→ Saved entries:

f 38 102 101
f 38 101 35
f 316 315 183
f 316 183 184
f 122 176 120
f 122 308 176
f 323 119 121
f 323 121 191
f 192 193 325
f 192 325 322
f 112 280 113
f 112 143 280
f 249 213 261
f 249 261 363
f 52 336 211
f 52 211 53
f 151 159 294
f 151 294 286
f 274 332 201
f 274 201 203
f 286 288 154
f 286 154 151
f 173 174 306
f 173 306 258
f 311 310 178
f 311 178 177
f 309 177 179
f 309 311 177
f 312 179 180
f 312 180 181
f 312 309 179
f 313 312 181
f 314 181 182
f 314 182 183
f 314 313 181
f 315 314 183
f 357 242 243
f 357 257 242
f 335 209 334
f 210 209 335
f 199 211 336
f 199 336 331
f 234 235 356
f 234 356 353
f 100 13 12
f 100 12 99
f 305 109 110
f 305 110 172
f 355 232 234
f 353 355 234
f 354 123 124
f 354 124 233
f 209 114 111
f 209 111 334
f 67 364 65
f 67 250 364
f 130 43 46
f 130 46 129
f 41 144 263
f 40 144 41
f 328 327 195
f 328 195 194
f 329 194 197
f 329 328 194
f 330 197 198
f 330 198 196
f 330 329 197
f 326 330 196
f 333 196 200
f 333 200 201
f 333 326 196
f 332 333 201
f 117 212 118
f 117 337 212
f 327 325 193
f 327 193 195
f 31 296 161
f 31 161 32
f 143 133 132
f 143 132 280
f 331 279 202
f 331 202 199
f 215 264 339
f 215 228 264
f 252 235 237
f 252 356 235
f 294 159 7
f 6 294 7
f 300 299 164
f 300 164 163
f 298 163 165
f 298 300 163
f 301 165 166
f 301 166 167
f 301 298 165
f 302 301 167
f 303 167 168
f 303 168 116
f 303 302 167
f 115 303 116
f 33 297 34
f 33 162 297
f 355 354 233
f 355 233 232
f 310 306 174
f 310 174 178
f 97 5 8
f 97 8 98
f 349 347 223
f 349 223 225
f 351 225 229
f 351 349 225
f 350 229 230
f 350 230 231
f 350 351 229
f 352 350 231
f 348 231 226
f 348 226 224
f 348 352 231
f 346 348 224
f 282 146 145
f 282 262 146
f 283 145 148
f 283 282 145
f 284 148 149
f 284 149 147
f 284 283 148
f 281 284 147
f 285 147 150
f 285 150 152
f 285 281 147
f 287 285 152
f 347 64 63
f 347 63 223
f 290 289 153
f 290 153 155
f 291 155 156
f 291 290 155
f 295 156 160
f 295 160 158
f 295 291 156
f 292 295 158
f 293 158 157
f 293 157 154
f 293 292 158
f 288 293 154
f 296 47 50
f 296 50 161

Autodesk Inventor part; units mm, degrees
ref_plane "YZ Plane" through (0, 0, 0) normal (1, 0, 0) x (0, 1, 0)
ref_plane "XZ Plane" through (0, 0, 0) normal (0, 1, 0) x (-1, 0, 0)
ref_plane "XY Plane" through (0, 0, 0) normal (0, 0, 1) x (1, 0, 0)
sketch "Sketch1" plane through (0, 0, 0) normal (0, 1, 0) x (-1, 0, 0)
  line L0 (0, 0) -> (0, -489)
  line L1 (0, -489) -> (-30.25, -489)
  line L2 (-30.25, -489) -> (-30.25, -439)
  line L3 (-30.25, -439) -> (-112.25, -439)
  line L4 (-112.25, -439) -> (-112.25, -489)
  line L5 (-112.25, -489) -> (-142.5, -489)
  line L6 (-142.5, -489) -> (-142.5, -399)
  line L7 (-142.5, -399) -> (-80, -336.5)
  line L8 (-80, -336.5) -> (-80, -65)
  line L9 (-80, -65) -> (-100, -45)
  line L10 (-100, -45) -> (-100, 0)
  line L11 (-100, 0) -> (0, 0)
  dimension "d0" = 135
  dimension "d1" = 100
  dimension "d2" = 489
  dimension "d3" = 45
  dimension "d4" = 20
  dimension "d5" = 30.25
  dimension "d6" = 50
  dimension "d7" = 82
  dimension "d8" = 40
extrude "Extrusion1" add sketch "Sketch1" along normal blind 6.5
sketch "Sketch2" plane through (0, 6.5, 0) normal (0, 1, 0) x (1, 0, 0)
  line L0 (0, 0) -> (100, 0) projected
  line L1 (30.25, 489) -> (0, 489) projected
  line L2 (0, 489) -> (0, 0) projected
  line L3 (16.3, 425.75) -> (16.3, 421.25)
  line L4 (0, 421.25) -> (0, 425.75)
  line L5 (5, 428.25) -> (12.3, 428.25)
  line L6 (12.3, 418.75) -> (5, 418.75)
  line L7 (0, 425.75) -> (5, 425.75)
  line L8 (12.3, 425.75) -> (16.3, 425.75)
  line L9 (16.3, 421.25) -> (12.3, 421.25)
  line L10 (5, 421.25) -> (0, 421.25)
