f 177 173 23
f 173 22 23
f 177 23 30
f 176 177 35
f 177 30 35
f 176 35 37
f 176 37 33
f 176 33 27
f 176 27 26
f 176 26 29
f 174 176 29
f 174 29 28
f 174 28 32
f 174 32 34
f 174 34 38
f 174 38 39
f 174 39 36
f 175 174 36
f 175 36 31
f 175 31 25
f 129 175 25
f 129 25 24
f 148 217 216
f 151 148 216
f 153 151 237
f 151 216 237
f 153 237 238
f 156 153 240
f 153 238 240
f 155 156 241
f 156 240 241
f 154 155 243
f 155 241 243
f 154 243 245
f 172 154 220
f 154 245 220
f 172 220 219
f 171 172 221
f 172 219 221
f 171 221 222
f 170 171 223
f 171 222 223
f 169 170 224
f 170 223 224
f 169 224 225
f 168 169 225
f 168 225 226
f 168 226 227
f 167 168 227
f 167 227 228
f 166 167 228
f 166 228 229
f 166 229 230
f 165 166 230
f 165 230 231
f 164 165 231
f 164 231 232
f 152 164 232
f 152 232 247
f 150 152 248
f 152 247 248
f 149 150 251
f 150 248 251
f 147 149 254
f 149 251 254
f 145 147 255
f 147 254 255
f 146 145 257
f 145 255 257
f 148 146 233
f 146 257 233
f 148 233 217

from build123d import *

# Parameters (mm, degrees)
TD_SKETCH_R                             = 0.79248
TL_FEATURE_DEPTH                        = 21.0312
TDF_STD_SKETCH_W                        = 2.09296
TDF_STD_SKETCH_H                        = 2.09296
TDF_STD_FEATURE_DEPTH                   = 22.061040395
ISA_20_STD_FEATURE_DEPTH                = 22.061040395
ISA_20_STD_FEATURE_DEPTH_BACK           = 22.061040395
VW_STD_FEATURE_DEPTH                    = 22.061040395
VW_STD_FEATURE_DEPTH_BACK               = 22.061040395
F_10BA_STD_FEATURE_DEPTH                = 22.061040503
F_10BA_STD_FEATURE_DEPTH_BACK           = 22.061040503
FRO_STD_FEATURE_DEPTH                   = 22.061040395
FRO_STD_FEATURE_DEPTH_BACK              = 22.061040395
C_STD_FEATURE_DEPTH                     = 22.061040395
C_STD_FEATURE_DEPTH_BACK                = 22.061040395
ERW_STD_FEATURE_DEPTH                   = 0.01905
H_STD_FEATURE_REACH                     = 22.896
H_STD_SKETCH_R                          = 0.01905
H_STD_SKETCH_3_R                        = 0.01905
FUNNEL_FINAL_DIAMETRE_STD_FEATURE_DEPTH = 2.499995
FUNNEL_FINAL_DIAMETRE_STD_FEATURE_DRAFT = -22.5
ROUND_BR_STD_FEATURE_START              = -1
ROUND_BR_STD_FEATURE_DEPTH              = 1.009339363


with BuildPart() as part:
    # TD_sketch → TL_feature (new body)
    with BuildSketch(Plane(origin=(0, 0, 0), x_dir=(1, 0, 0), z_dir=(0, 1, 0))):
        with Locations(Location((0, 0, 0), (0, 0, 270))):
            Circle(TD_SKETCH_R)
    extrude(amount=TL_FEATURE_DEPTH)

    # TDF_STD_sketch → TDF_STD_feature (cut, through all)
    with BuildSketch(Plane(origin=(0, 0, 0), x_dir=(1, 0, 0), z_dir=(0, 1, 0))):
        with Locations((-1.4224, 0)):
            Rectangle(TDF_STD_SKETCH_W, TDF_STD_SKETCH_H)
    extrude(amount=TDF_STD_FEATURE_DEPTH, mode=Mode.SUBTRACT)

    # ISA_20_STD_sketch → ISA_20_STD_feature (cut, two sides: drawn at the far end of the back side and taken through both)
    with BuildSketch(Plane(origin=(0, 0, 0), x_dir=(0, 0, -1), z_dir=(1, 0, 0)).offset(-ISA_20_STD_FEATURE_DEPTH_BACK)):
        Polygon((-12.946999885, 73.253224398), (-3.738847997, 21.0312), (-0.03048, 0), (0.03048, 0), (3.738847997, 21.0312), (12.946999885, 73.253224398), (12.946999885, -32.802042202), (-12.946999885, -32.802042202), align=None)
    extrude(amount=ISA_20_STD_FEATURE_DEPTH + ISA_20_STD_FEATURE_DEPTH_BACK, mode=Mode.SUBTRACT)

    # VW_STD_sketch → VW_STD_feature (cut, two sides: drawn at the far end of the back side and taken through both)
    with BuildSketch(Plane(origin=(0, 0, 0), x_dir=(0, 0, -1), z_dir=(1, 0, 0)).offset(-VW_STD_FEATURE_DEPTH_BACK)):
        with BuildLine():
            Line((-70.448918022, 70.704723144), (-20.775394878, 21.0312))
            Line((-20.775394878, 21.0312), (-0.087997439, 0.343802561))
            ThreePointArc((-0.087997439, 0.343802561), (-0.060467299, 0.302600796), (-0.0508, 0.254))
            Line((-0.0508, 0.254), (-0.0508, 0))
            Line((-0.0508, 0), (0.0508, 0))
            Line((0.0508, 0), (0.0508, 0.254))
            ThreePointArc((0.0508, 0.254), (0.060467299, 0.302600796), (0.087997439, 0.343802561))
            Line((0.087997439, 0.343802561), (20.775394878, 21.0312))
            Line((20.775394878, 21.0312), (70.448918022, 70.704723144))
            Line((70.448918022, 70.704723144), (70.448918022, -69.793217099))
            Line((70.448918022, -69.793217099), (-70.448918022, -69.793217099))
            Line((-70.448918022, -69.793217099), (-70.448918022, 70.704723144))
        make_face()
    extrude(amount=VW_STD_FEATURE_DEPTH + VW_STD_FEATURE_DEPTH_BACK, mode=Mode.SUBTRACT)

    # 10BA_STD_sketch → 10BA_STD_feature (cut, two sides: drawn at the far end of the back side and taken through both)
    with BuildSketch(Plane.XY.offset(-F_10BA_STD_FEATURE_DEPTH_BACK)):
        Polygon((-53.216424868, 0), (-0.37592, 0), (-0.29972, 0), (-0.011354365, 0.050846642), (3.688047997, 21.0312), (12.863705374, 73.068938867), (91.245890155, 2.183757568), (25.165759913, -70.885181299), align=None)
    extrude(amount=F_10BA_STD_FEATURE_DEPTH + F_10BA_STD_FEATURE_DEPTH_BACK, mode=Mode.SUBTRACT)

→ Problem to solve:
Above are the records; from them, give again exactly the lines from the one containing "f 301 298 165" through the one containing "line L3 (-30.25, -439) -> (-112.25, -439)", both included.

→ Answer section:
f 301 298 165
f 302 301 167
f 303 167 168
f 303 168 116
f 303 302 167
f 115 303 116
f 33 297 34
f 33 162 297
f 355 354 233
f 355 233 232
f 310 306 174
f 310 174 178
f 97 5 8
f 97 8 98
f 349 347 223
f 349 223 225
f 351 225 229
f 351 349 225
f 350 229 230
f 350 230 231
f 350 351 229
f 352 350 231
f 348 231 226
f 348 226 224
f 348 352 231
f 346 348 224
f 282 146 145
f 282 262 146
f 283 145 148
f 283 282 145
f 284 148 149
f 284 149 147
f 284 283 148
f 281 284 147
f 285 147 150
f 285 150 152
f 285 281 147
f 287 285 152
f 347 64 63
f 347 63 223
f 290 289 153
f 290 153 155
f 291 155 156
f 291 290 155
f 295 156 160
f 295 160 158
f 295 291 156
f 292 295 158
f 293 158 157
f 293 157 154
f 293 292 158
f 288 293 154
f 296 47 50
f 296 50 161

Autodesk Inventor part; units mm, degrees
ref_plane "YZ Plane" through (0, 0, 0) normal (1, 0, 0) x (0, 1, 0)
ref_plane "XZ Plane" through (0, 0, 0) normal (0, 1, 0) x (-1, 0, 0)
ref_plane "XY Plane" through (0, 0, 0) normal (0, 0, 1) x (1, 0, 0)
sketch "Sketch1" plane through (0, 0, 0) normal (0, 1, 0) x (-1, 0, 0)
  line L0 (0, 0) -> (0, -489)
  line L1 (0, -489) -> (-30.25, -489)
  line L2 (-30.25, -489) -> (-30.25, -439)
  line L3 (-30.25, -439) -> (-112.25, -439)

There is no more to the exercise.